» **The problem**:
Give back exactly the stretch of data below from the line holding "v 9.768 16.232 40" through the line holding "v 8.488 20.452 0", both ends included, and leave the remaining lines out.

Start of Source material

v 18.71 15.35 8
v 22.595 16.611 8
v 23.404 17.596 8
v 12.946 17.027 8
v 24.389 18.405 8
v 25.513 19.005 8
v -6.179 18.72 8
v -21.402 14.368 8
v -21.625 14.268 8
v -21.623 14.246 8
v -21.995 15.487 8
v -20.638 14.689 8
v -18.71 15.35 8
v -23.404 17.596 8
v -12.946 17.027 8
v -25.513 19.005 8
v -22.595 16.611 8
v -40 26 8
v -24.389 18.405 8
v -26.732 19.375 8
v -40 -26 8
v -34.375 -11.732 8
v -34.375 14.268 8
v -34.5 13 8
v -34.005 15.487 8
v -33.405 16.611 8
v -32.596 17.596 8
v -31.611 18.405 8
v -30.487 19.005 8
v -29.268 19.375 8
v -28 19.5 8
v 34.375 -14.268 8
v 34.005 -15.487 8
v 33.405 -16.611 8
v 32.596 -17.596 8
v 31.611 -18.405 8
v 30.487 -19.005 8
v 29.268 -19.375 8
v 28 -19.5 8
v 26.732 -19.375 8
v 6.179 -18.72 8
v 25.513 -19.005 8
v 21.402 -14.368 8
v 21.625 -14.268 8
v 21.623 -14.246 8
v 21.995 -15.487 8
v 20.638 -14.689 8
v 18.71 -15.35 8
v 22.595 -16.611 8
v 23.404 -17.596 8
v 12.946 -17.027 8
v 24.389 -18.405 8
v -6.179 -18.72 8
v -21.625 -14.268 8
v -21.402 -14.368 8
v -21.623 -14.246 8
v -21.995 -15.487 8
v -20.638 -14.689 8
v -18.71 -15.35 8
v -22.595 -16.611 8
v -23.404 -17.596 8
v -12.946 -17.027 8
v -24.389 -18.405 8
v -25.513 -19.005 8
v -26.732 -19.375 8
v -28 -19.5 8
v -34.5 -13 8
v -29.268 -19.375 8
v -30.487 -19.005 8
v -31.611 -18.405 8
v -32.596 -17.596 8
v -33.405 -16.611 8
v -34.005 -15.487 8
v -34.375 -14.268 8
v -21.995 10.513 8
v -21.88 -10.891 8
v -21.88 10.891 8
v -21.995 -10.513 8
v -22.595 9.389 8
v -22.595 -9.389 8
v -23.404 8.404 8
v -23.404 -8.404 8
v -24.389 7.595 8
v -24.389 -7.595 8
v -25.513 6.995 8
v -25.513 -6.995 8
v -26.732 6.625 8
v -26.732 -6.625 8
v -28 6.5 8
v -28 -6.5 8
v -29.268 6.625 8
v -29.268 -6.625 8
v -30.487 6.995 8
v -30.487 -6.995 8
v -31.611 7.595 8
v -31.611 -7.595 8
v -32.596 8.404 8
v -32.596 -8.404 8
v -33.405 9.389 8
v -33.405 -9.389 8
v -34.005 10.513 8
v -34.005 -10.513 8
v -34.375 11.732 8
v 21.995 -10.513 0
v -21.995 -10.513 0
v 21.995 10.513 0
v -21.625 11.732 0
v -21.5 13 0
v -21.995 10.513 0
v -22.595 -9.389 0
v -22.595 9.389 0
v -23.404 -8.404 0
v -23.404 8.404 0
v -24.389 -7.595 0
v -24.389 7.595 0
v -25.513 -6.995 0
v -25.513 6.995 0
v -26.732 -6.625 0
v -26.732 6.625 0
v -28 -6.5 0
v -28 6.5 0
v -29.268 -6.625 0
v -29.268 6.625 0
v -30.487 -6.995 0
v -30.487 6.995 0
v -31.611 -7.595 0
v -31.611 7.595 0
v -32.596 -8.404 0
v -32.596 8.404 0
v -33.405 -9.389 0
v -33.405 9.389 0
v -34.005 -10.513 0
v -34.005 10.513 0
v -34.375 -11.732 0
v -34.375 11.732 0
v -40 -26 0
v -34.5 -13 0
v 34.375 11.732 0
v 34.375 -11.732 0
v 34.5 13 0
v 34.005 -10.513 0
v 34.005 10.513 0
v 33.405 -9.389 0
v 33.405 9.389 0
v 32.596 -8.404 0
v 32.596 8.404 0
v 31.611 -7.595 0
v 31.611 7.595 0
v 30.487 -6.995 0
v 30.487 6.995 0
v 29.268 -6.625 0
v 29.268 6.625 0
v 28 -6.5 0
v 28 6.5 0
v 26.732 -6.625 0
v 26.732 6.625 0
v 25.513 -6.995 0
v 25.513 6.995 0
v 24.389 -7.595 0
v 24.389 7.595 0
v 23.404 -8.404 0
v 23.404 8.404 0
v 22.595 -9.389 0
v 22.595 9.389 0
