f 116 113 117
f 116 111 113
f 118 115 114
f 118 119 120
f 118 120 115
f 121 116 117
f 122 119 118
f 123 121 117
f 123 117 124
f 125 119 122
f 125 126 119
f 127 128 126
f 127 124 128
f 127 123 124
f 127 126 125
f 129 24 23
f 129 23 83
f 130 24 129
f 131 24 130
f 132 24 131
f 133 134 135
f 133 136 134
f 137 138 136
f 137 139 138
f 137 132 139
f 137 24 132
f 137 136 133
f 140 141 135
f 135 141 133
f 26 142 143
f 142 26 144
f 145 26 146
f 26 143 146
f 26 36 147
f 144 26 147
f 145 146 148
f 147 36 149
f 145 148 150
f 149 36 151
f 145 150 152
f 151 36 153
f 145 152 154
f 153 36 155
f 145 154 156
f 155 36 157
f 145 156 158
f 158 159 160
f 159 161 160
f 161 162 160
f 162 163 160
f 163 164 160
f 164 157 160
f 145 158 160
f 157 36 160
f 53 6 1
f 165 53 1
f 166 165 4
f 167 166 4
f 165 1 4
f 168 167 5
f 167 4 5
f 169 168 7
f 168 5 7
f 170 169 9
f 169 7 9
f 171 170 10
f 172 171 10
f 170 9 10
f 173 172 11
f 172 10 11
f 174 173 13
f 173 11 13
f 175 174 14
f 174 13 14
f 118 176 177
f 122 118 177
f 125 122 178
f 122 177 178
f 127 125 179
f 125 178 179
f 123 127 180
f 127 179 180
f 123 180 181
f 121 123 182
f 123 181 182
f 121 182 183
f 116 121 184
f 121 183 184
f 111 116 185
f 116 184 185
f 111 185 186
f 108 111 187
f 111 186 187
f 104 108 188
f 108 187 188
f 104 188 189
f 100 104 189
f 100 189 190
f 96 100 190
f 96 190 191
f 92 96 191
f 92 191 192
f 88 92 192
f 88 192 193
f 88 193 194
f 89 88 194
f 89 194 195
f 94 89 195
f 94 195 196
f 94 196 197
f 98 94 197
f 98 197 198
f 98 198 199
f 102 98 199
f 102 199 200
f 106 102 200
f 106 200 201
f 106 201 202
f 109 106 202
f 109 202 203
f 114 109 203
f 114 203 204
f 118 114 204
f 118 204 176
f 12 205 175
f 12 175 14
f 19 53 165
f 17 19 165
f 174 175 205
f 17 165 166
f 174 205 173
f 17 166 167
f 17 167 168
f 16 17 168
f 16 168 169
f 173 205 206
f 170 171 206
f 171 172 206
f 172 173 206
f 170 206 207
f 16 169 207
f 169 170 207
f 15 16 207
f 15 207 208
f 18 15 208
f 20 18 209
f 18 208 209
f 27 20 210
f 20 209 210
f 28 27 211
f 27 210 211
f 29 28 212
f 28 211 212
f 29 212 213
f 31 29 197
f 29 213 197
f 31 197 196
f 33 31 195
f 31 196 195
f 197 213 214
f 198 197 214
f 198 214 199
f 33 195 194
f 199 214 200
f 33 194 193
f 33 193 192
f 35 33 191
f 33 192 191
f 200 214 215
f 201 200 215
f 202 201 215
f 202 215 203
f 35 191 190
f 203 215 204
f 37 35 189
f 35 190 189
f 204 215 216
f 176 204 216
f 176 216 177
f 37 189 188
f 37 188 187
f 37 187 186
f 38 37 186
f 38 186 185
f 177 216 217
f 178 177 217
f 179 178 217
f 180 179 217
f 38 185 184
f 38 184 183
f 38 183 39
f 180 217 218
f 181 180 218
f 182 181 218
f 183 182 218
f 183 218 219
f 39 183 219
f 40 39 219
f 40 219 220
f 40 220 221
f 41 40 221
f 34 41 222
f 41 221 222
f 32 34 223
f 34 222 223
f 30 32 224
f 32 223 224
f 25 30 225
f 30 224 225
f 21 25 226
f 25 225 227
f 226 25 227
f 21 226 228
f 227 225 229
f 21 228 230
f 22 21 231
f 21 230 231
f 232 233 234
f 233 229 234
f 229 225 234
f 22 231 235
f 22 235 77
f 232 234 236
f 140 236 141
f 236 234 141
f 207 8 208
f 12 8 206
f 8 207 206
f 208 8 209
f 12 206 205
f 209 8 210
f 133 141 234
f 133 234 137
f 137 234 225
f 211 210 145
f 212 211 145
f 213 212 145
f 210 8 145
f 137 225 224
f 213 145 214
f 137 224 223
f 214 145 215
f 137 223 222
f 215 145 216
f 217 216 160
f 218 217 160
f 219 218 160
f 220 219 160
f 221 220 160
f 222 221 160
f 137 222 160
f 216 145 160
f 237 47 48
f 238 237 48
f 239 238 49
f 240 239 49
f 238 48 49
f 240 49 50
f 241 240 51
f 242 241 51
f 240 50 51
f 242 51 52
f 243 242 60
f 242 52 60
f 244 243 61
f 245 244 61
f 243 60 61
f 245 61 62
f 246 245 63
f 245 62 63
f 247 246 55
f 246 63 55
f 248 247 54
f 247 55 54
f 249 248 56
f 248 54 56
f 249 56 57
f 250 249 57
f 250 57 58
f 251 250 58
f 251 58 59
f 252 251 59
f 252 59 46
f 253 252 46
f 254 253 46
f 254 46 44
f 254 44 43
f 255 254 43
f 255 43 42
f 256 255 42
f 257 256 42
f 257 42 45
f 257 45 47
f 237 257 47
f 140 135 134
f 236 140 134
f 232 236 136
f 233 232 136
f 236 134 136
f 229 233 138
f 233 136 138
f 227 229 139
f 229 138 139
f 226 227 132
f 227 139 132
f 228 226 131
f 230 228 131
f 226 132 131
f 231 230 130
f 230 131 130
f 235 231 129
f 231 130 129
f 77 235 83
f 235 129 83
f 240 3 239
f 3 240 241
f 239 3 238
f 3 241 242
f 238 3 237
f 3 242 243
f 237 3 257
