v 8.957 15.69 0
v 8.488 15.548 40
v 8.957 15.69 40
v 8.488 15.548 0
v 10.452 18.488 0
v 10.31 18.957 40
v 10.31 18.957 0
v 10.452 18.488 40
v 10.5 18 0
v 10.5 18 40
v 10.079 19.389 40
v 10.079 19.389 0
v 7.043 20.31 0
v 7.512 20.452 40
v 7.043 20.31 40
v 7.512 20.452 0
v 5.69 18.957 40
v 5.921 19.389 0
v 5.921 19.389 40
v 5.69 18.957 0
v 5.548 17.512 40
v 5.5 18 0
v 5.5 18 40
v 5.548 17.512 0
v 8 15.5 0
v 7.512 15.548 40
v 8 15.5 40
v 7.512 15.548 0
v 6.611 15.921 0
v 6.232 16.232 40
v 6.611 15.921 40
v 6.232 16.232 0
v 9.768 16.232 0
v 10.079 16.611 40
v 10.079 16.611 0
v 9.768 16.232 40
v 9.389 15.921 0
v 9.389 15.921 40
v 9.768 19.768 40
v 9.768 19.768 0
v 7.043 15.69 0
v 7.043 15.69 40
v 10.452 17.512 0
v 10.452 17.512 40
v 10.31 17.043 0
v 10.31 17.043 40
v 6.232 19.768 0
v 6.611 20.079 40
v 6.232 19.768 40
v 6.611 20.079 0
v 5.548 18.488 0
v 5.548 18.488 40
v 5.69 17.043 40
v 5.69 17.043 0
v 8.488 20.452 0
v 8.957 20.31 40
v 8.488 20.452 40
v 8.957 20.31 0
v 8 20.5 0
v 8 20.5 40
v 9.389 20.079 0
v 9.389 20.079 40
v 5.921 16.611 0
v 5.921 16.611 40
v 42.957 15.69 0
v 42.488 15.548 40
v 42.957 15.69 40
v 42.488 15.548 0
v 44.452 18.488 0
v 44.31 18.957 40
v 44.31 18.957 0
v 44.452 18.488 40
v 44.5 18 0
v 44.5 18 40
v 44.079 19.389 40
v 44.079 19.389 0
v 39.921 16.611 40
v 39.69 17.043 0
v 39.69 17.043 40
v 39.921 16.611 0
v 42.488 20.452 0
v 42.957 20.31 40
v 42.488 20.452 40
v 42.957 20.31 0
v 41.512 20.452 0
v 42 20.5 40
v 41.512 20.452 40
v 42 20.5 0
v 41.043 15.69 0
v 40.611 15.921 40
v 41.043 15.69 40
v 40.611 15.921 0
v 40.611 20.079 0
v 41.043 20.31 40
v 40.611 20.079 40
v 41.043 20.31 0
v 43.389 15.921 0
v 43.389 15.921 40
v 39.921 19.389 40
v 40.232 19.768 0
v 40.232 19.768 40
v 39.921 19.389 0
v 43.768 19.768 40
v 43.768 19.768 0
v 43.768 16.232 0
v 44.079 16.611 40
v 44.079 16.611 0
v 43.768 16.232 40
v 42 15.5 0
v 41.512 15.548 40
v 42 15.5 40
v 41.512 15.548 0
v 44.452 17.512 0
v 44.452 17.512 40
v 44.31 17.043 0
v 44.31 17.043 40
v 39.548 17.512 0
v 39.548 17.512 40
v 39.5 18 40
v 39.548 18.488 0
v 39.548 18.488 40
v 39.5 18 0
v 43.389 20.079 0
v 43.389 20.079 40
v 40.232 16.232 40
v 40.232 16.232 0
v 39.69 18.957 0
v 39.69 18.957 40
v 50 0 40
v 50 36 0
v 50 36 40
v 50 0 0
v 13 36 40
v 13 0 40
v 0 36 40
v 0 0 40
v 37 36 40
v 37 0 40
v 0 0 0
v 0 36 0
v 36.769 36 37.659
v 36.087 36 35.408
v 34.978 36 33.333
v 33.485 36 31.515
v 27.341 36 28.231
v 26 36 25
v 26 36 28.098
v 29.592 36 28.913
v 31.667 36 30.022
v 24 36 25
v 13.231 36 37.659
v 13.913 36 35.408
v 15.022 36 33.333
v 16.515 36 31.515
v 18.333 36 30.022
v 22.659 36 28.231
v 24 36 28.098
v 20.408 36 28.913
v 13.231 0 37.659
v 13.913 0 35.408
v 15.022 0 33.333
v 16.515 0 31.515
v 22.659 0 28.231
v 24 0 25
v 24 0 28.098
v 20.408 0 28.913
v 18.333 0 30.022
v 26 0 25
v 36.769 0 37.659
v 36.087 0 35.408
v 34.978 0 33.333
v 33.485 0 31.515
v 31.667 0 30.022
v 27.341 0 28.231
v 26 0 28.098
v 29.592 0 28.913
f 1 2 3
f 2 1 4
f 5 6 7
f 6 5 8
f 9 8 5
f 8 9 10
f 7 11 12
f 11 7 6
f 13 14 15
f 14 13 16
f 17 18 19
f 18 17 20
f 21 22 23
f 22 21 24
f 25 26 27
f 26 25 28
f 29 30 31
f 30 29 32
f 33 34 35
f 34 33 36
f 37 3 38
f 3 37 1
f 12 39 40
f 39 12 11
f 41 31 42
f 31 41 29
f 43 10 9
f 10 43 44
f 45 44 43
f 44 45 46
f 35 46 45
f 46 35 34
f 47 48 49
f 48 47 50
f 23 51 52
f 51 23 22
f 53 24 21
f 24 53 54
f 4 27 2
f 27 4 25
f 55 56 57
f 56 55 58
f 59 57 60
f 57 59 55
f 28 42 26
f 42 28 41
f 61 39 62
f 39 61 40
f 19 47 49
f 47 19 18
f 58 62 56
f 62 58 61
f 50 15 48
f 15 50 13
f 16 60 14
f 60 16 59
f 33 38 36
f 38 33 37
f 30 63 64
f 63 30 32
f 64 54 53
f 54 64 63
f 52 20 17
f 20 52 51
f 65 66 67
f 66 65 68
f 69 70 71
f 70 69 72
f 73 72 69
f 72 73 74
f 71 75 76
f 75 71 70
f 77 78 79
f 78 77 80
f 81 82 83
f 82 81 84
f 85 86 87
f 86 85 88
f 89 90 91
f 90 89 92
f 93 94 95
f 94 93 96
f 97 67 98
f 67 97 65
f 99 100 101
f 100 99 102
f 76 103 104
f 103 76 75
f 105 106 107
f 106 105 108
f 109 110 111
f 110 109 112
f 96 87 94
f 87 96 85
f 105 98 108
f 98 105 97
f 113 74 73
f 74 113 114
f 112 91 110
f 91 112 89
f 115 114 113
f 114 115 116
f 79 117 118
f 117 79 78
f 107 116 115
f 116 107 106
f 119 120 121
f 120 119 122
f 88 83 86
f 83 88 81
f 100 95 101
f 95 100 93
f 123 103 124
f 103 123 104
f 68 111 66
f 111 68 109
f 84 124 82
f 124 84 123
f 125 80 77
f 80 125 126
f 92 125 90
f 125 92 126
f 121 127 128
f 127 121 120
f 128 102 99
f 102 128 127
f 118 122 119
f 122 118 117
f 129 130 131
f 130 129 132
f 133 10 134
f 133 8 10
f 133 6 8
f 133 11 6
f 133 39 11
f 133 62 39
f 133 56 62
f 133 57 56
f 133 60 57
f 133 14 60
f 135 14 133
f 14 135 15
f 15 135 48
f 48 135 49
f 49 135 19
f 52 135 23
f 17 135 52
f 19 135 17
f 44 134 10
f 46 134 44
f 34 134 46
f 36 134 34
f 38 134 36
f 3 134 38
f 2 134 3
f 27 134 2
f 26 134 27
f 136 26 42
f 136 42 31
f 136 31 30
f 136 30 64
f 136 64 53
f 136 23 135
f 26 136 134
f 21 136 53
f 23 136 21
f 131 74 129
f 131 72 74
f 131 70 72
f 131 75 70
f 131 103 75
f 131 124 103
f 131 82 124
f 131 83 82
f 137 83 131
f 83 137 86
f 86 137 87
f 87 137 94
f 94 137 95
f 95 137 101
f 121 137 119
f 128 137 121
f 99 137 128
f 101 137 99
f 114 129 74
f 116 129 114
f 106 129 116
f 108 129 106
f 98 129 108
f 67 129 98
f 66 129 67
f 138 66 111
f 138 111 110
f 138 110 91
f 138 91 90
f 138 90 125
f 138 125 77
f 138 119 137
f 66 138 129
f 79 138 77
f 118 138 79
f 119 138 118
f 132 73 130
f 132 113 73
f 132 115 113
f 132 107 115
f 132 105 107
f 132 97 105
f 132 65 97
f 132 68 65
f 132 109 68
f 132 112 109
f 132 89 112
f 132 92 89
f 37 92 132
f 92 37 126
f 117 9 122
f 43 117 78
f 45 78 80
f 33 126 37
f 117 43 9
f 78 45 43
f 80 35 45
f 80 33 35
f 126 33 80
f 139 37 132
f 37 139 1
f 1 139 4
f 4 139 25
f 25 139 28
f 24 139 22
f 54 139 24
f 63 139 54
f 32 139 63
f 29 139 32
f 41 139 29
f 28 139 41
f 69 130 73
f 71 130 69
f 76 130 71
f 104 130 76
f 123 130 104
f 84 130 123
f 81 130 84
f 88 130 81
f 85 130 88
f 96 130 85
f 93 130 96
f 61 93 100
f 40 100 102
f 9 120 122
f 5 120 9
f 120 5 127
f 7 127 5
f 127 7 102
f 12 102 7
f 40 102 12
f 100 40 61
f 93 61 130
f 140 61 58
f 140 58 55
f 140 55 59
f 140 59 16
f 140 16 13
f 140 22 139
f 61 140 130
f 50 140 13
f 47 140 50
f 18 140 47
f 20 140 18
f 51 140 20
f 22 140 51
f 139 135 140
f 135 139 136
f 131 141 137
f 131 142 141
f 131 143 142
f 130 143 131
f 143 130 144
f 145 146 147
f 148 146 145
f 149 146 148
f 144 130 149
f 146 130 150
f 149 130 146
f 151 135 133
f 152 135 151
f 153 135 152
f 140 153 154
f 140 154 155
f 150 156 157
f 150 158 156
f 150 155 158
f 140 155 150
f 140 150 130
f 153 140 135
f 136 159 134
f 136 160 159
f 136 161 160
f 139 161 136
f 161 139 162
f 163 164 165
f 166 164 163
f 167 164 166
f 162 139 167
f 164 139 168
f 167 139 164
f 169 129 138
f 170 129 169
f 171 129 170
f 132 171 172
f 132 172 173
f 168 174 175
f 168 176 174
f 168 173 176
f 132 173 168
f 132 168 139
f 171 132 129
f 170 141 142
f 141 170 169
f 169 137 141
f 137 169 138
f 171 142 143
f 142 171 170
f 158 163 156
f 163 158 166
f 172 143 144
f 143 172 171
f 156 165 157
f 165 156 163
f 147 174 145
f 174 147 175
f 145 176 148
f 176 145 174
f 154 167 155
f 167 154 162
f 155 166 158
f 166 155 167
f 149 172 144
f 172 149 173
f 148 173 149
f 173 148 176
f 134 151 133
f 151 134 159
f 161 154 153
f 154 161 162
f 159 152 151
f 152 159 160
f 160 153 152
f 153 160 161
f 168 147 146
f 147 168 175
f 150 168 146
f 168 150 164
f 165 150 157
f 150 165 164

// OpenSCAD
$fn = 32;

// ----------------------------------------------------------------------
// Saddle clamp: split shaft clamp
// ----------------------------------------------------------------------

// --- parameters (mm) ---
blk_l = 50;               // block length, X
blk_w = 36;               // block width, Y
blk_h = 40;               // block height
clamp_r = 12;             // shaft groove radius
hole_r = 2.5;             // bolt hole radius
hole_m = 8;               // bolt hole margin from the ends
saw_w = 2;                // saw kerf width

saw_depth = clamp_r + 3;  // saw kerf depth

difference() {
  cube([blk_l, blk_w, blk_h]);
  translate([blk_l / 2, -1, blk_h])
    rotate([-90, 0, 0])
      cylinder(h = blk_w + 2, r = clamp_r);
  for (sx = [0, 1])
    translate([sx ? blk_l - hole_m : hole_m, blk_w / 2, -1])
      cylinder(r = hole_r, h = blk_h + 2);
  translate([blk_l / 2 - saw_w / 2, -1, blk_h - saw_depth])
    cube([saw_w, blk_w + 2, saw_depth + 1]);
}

End of Source material
Start of Source material

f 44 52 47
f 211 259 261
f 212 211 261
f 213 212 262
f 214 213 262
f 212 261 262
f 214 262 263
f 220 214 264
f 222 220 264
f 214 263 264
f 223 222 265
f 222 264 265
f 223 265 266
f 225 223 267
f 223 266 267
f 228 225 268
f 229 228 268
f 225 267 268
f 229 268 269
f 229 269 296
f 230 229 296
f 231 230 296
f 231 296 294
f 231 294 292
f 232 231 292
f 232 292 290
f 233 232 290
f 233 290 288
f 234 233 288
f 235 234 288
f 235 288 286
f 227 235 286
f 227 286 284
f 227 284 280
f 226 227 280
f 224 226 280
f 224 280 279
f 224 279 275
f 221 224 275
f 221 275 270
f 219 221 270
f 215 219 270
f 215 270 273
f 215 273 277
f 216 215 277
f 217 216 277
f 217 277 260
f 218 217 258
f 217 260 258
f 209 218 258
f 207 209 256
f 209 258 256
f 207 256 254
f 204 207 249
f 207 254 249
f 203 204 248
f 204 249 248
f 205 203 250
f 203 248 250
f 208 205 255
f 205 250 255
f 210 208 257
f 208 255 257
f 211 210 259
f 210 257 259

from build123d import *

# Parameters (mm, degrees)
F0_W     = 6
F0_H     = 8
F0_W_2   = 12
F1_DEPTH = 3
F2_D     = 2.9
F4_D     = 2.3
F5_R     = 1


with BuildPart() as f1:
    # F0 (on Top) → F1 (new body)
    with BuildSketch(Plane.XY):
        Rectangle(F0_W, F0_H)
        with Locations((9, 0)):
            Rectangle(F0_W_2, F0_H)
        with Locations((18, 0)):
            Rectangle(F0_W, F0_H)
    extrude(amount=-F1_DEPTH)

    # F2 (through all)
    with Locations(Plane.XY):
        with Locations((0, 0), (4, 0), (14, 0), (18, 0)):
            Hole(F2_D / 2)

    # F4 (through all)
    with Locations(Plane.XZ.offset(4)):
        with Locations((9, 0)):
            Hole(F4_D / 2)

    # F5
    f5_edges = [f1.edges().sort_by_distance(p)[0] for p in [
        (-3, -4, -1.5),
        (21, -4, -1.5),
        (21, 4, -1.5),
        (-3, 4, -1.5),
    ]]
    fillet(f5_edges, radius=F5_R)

End of Source material

» **Solution for this exercise**:
v 9.768 16.232 40
v 9.389 15.921 0
v 9.389 15.921 40
v 9.768 19.768 40
v 9.768 19.768 0
v 7.043 15.69 0
v 7.043 15.69 40
v 10.452 17.512 0
v 10.452 17.512 40
v 10.31 17.043 0
v 10.31 17.043 40
v 6.232 19.768 0
v 6.611 20.079 40
v 6.232 19.768 40
v 6.611 20.079 0
v 5.548 18.488 0
v 5.548 18.488 40
v 5.69 17.043 40
v 5.69 17.043 0
v 8.488 20.452 0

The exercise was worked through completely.